__What you have to do__. First find the line with "#72=FACE_BOUND('',#71,.T.);" in the entries below, then set down exactly every line through the line with "The same part", that line included.

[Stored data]
== Segment start ==
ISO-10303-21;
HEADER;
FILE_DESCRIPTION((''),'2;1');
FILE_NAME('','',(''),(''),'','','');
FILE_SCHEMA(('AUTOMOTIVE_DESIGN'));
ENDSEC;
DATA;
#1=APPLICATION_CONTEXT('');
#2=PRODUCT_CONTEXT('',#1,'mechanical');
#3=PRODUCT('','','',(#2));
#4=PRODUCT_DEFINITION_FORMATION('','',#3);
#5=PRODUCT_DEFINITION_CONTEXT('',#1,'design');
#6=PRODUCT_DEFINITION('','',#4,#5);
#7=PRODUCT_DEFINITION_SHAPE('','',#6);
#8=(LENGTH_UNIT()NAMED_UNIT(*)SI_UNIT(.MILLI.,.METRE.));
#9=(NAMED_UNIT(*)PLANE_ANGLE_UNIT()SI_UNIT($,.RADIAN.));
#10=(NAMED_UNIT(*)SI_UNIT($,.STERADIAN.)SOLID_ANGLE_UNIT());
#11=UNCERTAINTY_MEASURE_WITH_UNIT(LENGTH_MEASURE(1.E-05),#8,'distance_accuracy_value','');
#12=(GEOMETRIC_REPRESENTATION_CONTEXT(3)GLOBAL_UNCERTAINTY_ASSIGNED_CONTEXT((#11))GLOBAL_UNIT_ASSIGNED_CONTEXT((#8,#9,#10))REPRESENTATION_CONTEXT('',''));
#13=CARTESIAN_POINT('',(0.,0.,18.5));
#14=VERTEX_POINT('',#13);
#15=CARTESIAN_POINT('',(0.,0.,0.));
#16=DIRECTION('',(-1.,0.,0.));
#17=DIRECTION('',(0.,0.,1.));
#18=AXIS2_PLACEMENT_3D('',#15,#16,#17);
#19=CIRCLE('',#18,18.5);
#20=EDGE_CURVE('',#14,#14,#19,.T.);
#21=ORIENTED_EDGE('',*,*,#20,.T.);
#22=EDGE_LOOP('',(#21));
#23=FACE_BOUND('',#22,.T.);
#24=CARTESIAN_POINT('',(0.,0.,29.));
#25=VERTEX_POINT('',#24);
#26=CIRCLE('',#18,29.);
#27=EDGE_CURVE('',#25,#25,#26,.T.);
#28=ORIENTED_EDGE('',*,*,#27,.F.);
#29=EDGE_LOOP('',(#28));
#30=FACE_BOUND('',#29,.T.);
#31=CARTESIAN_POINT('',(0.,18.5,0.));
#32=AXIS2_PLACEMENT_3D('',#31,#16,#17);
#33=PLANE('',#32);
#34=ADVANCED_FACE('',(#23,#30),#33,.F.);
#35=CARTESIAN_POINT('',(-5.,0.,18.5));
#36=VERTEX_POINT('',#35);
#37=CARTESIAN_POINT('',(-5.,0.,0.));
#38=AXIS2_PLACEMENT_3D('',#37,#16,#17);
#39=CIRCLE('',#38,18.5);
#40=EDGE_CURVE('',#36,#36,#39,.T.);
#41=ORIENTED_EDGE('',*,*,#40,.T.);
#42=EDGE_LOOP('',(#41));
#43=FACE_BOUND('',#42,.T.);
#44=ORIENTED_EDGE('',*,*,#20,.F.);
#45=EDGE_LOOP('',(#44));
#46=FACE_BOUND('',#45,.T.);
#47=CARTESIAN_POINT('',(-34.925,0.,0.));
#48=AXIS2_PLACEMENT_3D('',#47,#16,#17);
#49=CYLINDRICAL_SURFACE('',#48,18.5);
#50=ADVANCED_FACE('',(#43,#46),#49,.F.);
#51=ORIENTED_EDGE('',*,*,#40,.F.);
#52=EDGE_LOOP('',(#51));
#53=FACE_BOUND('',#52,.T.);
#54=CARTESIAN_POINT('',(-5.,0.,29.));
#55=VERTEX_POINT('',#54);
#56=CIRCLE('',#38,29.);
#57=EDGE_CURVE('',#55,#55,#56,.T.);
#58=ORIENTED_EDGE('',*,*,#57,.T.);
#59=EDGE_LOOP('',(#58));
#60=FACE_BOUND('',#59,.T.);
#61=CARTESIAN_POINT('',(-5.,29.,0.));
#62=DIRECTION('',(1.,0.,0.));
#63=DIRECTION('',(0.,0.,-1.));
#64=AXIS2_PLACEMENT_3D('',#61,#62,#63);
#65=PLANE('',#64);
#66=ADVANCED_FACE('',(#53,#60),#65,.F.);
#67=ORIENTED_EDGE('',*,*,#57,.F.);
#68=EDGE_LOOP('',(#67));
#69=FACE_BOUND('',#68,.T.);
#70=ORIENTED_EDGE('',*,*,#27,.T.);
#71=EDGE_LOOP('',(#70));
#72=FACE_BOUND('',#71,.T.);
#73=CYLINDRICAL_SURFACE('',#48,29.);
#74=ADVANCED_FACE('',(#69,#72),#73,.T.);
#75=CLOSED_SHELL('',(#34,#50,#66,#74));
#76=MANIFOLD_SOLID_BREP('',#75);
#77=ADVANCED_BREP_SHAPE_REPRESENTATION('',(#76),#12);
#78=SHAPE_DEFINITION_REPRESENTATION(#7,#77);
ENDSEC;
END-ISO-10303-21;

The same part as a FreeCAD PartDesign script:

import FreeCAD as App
import Part
import Sketcher

V = App.Vector
Q = App.Units.Quantity

doc = App.newDocument("Part")
params = doc.addObject("Spreadsheet::Sheet", "Params")
for row, (alias, value) in enumerate([
    ("sketch1_width", "5 mm"),
    ("sketch1_height", "10.5 mm"),
    ("revolution_angle", "360 deg"),
], start=1):
    params.set(f"A{row}", alias)
    params.set(f"B{row}", "=" + value)
    params.setAlias(f"B{row}", alias)

body = doc.addObject("PartDesign::Body", "Body")

# Sketch on XY plane
sketch1 = body.newObject("Sketcher::SketchObject", "Sketch")
sketch1.AttachmentSupport = (doc.getObject("XY_Plane"), [""])
sketch1.MapMode = "FlatFace"
sketch1.addGeometry([
    Part.LineSegment(V(-5, 29, 0), V(-5, 18, 0)),
    Part.LineSegment(V(-5, 18, 0), V(0, 18, 0)),
    Part.LineSegment(V(0, 18, 0), V(0, 29, 0)),
    Part.LineSegment(V(0, 29, 0), V(-5, 29, 0)),
], False)
sketch1.addConstraint([
    Sketcher.Constraint("Coincident", 0, 2, 1, 1),
    Sketcher.Constraint("Coincident", 1, 2, 2, 1),
    Sketcher.Constraint("Coincident", 2, 2, 3, 1),
    Sketcher.Constraint("Coincident", 3, 2, 0, 1),
    Sketcher.Constraint("Vertical", 0),
    Sketcher.Constraint("Horizontal", 1),
    Sketcher.Constraint("Vertical", 2),
    Sketcher.Constraint("Horizontal", 3),
    Sketcher.Constraint("PointOnObject", 1, 2, -2),
    Sketcher.Constraint("DistanceX", 1, 1, 1, 2, Q("5 mm")),
    Sketcher.Constraint("DistanceY", 0, 2, 0, 1, Q("10.5 mm")),
    Sketcher.Constraint("DistanceY", -1, 1, 2, 2, Q("29 mm")),
])
sketch1.setExpression("Constraints[9]", "Params.sketch1_width")
sketch1.setExpression("Constraints[10]", "Params.sketch1_height")
revolution = body.newObject("PartDesign::Revolution", "Revolution")
revolution.Profile = sketch1
revolution.ReferenceAxis = (sketch1, ["H_Axis"])
revolution.setExpression("Angle", "Params.revolution_angle")

doc.recompute()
== Segment end ==
__Solution to the exercise__.
#72=FACE_BOUND('',#71,.T.);
#73=CYLINDRICAL_SURFACE('',#48,29.);
#74=ADVANCED_FACE('',(#69,#72),#73,.T.);
#75=CLOSED_SHELL('',(#34,#50,#66,#74));
#76=MANIFOLD_SOLID_BREP('',#75);
#77=ADVANCED_BREP_SHAPE_REPRESENTATION('',(#76),#12);
#78=SHAPE_DEFINITION_REPRESENTATION(#7,#77);
ENDSEC;
END-ISO-10303-21;

The same part as a FreeCAD PartDesign script:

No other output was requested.